Stored data entries
· · ·
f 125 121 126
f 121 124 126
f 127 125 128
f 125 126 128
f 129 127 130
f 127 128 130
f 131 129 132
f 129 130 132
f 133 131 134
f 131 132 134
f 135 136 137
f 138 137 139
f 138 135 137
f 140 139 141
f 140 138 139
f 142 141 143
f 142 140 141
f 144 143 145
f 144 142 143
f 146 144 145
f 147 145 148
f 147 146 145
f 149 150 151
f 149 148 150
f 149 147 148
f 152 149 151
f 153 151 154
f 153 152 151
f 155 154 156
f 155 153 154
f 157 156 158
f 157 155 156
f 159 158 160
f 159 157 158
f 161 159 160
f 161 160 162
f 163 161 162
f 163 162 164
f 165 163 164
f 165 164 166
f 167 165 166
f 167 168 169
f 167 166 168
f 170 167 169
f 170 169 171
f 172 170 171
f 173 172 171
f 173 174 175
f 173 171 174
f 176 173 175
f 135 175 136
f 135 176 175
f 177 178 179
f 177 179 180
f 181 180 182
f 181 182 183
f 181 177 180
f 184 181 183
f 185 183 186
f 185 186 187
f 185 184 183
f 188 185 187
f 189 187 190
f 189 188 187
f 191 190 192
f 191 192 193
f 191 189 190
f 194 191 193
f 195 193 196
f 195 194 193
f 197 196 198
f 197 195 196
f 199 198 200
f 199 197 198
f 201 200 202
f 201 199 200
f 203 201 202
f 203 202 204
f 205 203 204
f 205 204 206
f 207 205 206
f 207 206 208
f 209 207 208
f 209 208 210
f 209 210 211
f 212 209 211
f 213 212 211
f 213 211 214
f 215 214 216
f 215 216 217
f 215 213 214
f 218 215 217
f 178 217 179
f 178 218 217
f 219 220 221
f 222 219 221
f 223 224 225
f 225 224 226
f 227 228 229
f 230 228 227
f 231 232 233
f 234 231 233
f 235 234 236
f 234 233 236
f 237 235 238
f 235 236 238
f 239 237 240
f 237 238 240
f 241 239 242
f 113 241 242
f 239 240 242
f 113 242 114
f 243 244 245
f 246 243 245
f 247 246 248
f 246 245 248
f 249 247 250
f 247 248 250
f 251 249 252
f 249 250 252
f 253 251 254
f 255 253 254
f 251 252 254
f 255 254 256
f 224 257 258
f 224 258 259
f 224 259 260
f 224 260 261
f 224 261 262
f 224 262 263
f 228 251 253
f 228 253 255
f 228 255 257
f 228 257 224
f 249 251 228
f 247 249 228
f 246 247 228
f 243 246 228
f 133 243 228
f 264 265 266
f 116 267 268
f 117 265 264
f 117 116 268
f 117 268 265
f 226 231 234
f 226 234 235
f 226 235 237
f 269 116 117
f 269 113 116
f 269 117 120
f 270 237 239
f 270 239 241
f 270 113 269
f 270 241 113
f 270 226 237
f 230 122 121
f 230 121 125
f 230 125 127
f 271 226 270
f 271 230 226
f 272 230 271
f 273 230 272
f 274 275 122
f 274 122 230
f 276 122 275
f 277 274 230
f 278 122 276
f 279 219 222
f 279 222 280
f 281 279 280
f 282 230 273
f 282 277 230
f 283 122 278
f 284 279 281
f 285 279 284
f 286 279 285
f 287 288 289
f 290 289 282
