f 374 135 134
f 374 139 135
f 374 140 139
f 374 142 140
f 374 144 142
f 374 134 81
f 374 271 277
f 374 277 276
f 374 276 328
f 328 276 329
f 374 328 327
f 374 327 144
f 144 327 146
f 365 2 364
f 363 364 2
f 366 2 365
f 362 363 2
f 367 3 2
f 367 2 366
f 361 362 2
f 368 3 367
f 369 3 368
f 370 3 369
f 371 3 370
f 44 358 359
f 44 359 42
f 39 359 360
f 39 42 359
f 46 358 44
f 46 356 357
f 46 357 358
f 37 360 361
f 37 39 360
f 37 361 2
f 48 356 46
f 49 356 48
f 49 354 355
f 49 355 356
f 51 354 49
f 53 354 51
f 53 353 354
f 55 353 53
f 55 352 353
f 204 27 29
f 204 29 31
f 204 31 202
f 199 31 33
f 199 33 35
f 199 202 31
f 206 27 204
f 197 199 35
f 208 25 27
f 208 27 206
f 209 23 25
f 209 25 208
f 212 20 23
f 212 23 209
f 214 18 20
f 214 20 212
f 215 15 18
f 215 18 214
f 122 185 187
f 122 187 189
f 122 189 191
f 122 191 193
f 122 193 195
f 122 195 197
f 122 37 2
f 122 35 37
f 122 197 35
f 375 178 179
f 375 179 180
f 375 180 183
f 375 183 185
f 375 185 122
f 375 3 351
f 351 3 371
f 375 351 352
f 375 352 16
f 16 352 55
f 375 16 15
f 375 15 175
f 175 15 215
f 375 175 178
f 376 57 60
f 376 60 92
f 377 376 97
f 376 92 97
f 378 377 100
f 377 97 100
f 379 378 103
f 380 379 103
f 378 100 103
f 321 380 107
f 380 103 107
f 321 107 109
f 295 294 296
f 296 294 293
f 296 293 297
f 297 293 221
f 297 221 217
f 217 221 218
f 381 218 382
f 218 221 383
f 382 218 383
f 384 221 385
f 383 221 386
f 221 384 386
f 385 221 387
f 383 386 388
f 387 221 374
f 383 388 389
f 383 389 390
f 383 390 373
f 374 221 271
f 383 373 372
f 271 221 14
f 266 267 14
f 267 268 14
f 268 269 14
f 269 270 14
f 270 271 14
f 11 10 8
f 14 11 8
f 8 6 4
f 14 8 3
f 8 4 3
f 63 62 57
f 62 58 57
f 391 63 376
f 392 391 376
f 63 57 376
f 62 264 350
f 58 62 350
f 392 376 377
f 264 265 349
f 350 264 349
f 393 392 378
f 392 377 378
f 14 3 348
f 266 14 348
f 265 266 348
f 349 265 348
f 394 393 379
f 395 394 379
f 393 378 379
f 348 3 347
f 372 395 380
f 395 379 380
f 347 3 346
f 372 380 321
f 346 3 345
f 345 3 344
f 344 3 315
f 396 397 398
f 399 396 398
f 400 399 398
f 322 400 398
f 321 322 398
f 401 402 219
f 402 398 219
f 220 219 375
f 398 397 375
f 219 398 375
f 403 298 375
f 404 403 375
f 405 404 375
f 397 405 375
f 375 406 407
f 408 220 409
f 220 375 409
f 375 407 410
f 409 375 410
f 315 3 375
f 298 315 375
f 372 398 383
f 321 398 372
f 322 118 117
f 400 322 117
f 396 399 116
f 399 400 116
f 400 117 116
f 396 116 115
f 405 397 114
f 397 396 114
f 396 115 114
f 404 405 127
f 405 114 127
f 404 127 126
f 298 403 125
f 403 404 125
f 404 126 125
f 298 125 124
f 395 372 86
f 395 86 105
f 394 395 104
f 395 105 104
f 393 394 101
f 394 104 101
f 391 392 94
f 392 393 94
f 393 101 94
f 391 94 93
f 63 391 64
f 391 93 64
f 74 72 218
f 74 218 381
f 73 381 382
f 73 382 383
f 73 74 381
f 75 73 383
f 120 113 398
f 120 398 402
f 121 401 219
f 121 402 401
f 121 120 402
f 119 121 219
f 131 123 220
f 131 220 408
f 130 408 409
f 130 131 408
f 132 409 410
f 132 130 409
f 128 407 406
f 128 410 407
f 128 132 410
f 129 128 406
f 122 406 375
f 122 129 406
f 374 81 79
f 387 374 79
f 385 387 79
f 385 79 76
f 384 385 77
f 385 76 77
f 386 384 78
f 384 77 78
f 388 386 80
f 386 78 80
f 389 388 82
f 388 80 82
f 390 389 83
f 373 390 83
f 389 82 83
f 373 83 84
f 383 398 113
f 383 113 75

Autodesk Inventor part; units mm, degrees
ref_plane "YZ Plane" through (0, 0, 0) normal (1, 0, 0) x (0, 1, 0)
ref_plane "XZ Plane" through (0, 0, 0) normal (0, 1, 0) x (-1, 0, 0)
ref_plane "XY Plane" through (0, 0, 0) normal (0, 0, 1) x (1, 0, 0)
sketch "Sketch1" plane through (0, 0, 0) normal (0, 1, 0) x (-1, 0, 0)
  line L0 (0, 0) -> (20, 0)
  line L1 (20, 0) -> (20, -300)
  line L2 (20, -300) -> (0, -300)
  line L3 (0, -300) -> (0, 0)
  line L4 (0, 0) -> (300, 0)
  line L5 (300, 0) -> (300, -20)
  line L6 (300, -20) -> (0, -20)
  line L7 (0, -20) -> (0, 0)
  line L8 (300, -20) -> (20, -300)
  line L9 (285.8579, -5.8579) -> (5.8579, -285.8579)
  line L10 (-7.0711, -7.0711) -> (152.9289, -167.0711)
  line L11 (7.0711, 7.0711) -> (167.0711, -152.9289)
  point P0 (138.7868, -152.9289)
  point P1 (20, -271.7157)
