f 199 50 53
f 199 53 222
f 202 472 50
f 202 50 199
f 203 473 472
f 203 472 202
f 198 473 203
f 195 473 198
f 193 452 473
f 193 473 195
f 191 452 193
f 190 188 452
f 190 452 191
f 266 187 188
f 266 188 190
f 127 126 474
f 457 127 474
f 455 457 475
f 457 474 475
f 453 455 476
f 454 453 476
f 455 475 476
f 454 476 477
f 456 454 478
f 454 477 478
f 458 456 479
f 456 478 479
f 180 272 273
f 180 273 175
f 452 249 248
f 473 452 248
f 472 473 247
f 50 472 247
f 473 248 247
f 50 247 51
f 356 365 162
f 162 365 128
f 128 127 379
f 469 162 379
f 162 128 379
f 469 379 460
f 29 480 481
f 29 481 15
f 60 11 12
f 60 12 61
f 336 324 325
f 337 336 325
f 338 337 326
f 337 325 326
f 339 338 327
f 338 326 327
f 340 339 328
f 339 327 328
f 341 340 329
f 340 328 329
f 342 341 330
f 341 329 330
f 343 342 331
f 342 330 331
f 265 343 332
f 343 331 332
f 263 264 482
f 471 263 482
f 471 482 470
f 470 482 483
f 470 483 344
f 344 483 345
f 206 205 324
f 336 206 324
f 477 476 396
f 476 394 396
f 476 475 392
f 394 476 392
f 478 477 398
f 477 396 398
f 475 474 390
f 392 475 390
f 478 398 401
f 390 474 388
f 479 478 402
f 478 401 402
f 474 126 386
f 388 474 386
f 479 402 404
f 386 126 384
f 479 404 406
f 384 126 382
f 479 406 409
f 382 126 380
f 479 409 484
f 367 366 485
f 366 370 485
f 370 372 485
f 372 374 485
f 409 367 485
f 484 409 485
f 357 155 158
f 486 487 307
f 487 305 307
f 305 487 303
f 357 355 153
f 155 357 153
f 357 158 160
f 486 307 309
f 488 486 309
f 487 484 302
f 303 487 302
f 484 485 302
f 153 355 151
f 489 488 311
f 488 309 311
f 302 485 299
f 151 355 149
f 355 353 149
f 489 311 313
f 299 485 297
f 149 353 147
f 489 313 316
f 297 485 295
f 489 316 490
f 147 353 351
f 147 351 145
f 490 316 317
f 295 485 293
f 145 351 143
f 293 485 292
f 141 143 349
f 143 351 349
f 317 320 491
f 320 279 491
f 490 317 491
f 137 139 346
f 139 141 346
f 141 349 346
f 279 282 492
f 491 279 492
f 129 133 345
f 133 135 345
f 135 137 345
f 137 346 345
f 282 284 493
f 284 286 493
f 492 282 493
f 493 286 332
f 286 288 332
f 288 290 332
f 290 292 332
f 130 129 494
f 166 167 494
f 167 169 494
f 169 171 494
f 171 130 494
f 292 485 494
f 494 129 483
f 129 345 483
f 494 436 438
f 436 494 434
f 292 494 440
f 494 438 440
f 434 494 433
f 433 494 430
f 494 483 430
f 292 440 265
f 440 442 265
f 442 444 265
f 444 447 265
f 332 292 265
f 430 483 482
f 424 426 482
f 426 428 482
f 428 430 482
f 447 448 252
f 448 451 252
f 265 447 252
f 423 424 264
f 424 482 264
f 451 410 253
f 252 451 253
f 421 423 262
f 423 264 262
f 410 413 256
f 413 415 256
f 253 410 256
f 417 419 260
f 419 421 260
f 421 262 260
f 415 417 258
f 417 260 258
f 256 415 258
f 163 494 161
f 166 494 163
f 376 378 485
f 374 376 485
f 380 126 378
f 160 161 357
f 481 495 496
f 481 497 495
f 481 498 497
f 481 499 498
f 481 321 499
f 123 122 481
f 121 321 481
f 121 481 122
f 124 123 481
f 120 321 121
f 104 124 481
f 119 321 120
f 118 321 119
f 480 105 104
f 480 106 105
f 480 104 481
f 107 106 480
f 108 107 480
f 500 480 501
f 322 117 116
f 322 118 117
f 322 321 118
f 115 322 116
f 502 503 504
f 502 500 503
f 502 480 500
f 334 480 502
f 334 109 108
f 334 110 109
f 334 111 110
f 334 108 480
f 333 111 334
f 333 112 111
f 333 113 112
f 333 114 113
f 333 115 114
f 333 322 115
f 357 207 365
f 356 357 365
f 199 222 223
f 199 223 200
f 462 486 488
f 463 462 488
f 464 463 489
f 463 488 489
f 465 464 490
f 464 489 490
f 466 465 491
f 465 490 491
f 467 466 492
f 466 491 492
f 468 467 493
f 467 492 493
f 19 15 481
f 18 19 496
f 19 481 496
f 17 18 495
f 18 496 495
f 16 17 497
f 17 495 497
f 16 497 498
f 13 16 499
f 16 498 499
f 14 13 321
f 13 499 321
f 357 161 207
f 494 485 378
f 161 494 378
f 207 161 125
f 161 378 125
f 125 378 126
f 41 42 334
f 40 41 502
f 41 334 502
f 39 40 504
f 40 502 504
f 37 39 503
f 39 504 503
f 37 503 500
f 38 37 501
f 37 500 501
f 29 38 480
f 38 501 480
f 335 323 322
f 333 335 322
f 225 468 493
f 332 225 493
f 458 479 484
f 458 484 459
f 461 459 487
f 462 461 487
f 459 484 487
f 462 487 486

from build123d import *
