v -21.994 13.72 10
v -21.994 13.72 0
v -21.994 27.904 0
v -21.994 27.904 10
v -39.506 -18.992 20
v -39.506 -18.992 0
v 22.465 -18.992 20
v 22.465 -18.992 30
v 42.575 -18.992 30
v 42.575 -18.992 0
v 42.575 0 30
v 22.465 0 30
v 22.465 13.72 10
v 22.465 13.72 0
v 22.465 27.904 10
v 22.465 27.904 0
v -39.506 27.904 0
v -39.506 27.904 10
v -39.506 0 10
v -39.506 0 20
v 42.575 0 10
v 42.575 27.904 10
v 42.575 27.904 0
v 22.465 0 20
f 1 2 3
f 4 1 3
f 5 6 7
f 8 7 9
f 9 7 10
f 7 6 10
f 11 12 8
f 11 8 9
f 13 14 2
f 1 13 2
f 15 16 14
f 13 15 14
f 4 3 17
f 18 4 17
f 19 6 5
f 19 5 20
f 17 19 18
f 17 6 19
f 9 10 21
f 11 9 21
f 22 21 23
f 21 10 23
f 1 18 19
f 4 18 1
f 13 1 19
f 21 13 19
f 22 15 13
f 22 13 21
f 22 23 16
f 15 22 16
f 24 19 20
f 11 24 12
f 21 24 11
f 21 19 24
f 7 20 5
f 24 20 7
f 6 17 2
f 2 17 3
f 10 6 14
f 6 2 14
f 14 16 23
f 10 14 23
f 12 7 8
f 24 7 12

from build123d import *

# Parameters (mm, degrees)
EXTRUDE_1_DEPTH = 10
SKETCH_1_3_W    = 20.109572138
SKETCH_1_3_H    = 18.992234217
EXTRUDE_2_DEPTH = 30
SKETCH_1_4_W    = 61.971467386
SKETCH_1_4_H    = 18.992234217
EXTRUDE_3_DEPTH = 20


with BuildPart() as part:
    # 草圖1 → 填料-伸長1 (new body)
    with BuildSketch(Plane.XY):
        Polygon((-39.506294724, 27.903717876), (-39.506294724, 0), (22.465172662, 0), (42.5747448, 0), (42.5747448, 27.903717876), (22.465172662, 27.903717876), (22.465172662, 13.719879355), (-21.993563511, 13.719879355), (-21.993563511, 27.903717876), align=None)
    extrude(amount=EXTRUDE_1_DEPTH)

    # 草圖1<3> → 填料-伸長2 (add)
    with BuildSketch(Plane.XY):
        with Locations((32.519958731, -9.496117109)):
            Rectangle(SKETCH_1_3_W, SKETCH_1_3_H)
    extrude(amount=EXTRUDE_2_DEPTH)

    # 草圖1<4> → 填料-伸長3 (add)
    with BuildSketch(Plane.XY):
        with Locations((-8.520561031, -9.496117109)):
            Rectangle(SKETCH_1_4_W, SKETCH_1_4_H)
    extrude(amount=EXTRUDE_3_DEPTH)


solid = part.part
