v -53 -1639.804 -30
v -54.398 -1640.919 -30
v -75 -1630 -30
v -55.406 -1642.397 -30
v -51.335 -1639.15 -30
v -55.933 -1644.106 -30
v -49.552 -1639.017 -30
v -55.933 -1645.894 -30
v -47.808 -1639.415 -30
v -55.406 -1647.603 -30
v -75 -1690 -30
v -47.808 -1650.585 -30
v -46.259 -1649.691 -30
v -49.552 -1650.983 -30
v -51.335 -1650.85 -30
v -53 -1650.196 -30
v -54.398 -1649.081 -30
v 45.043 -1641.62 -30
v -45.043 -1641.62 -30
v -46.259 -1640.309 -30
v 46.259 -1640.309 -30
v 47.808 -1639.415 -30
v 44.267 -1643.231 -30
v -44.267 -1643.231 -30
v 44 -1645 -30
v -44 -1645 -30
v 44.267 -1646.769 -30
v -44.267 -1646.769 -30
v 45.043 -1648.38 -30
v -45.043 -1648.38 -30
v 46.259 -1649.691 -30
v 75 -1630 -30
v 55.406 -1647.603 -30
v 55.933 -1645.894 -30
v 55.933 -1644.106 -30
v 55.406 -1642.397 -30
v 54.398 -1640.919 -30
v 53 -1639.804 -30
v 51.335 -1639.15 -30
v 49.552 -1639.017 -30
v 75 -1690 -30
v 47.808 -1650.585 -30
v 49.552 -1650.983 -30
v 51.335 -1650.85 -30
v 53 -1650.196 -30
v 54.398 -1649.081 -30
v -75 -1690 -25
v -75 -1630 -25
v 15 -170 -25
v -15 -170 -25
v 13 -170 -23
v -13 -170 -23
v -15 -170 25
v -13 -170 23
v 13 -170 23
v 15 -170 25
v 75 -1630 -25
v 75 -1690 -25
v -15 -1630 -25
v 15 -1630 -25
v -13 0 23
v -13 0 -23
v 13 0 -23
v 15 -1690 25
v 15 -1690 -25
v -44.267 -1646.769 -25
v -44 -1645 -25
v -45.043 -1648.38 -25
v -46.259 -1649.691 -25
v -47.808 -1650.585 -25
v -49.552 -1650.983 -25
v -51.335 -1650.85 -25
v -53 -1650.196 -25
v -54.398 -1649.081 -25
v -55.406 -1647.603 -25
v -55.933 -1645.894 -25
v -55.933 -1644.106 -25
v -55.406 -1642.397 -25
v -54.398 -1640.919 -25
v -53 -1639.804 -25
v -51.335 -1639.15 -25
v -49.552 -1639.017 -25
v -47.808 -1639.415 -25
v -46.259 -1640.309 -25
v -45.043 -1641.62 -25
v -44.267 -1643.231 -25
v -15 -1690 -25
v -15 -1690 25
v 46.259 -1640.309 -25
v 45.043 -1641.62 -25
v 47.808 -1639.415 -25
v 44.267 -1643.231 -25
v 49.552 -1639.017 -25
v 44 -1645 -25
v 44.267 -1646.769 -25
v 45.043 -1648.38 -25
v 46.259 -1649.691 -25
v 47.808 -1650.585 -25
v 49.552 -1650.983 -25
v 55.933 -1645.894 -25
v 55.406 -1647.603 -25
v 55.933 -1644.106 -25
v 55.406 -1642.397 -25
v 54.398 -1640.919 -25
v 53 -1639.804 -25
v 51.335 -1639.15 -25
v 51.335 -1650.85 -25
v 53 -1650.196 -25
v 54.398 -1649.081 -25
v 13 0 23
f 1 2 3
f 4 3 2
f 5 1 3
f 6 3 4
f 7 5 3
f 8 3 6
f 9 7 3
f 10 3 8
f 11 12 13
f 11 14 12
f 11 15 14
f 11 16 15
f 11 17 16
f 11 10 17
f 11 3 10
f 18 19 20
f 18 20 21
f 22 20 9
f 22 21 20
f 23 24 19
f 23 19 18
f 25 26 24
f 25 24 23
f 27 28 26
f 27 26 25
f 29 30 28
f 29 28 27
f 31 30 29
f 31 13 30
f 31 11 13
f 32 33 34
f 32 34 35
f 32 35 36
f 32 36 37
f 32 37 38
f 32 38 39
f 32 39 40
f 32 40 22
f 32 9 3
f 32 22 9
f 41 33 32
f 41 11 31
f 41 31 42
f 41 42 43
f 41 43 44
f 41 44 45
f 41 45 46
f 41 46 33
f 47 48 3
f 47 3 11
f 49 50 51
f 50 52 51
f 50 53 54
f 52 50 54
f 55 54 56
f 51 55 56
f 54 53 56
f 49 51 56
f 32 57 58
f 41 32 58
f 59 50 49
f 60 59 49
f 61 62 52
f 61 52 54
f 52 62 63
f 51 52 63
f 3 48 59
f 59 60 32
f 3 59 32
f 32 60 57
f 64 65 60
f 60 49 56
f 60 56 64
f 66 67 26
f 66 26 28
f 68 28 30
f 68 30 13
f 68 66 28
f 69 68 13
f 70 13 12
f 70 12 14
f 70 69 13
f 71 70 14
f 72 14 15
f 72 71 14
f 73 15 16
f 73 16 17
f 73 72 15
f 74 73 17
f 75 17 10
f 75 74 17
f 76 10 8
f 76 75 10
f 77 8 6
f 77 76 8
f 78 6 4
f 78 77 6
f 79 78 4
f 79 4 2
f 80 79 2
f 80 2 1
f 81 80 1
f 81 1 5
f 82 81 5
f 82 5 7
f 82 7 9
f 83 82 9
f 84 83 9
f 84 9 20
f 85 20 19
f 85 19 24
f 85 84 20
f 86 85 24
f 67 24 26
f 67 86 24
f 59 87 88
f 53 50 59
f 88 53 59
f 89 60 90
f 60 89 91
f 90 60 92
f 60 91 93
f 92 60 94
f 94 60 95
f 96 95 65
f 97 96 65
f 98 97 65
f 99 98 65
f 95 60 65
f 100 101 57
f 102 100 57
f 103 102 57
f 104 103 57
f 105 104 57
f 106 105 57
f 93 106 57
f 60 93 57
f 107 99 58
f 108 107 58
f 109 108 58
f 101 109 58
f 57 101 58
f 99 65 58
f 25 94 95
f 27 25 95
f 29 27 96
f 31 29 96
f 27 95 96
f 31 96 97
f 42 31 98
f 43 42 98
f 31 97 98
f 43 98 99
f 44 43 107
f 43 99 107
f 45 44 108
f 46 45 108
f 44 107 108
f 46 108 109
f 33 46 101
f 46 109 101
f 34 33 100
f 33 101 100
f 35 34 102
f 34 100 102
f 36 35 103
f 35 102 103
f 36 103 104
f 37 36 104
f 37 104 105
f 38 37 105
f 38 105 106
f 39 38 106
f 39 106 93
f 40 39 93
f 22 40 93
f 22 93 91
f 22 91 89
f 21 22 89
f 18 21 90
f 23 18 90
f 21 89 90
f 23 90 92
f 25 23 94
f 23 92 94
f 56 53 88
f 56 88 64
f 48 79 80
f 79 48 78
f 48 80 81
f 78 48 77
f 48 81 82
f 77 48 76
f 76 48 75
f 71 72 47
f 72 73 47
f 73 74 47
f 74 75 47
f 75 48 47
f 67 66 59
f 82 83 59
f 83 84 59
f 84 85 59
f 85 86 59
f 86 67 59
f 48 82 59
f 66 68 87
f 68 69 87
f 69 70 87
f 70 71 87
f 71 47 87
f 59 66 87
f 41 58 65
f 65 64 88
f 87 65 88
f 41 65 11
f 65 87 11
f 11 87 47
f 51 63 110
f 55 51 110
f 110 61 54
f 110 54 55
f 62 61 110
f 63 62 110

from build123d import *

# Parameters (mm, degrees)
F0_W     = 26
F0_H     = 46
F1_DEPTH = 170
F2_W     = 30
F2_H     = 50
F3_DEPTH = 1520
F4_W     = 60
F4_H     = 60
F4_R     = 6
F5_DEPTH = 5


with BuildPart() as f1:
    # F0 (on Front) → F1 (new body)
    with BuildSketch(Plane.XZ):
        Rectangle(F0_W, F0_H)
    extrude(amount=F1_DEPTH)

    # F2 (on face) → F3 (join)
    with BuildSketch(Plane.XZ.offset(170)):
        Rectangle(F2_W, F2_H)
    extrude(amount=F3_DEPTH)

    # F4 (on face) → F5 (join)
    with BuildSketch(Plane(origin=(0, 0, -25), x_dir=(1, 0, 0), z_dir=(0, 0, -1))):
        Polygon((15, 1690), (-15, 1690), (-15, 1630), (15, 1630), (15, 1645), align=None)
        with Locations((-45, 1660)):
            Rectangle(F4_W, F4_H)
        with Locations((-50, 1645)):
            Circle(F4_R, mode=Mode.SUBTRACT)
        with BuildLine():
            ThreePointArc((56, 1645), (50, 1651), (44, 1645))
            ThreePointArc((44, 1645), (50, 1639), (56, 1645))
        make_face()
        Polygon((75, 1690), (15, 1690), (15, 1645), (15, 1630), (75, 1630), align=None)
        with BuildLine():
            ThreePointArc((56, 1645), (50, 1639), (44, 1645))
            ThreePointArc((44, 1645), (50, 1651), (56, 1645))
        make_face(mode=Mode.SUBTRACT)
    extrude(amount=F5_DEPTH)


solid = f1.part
· · ·
## WHAT IS BEING ASKED
Go to the line with "f 271 230 226" in the entries above and repeat every line from there through the line with "f 49 354 355", exactly and with no other text.

## YOUR RESPONSE
f 271 230 226
f 272 230 271
f 273 230 272
f 274 275 122
f 274 122 230
f 276 122 275
f 277 274 230
f 278 122 276
f 279 219 222
f 279 222 280
f 281 279 280
f 282 230 273
f 282 277 230
f 283 122 278
f 284 279 281
f 285 279 284
f 286 279 285
f 287 288 289
f 290 289 282
f 374 135 134
f 374 139 135
f 374 140 139
f 374 142 140
f 374 144 142
f 374 134 81
f 374 271 277
f 374 277 276
f 374 276 328
f 328 276 329
f 374 328 327
f 374 327 144
f 144 327 146
f 365 2 364
f 363 364 2
f 366 2 365
f 362 363 2
f 367 3 2
f 367 2 366
f 361 362 2
f 368 3 367
f 369 3 368
f 370 3 369
f 371 3 370
f 44 358 359
f 44 359 42
f 39 359 360
f 39 42 359
f 46 358 44
f 46 356 357
f 46 357 358
f 37 360 361
f 37 39 360
f 37 361 2
f 48 356 46
f 49 356 48
f 49 354 355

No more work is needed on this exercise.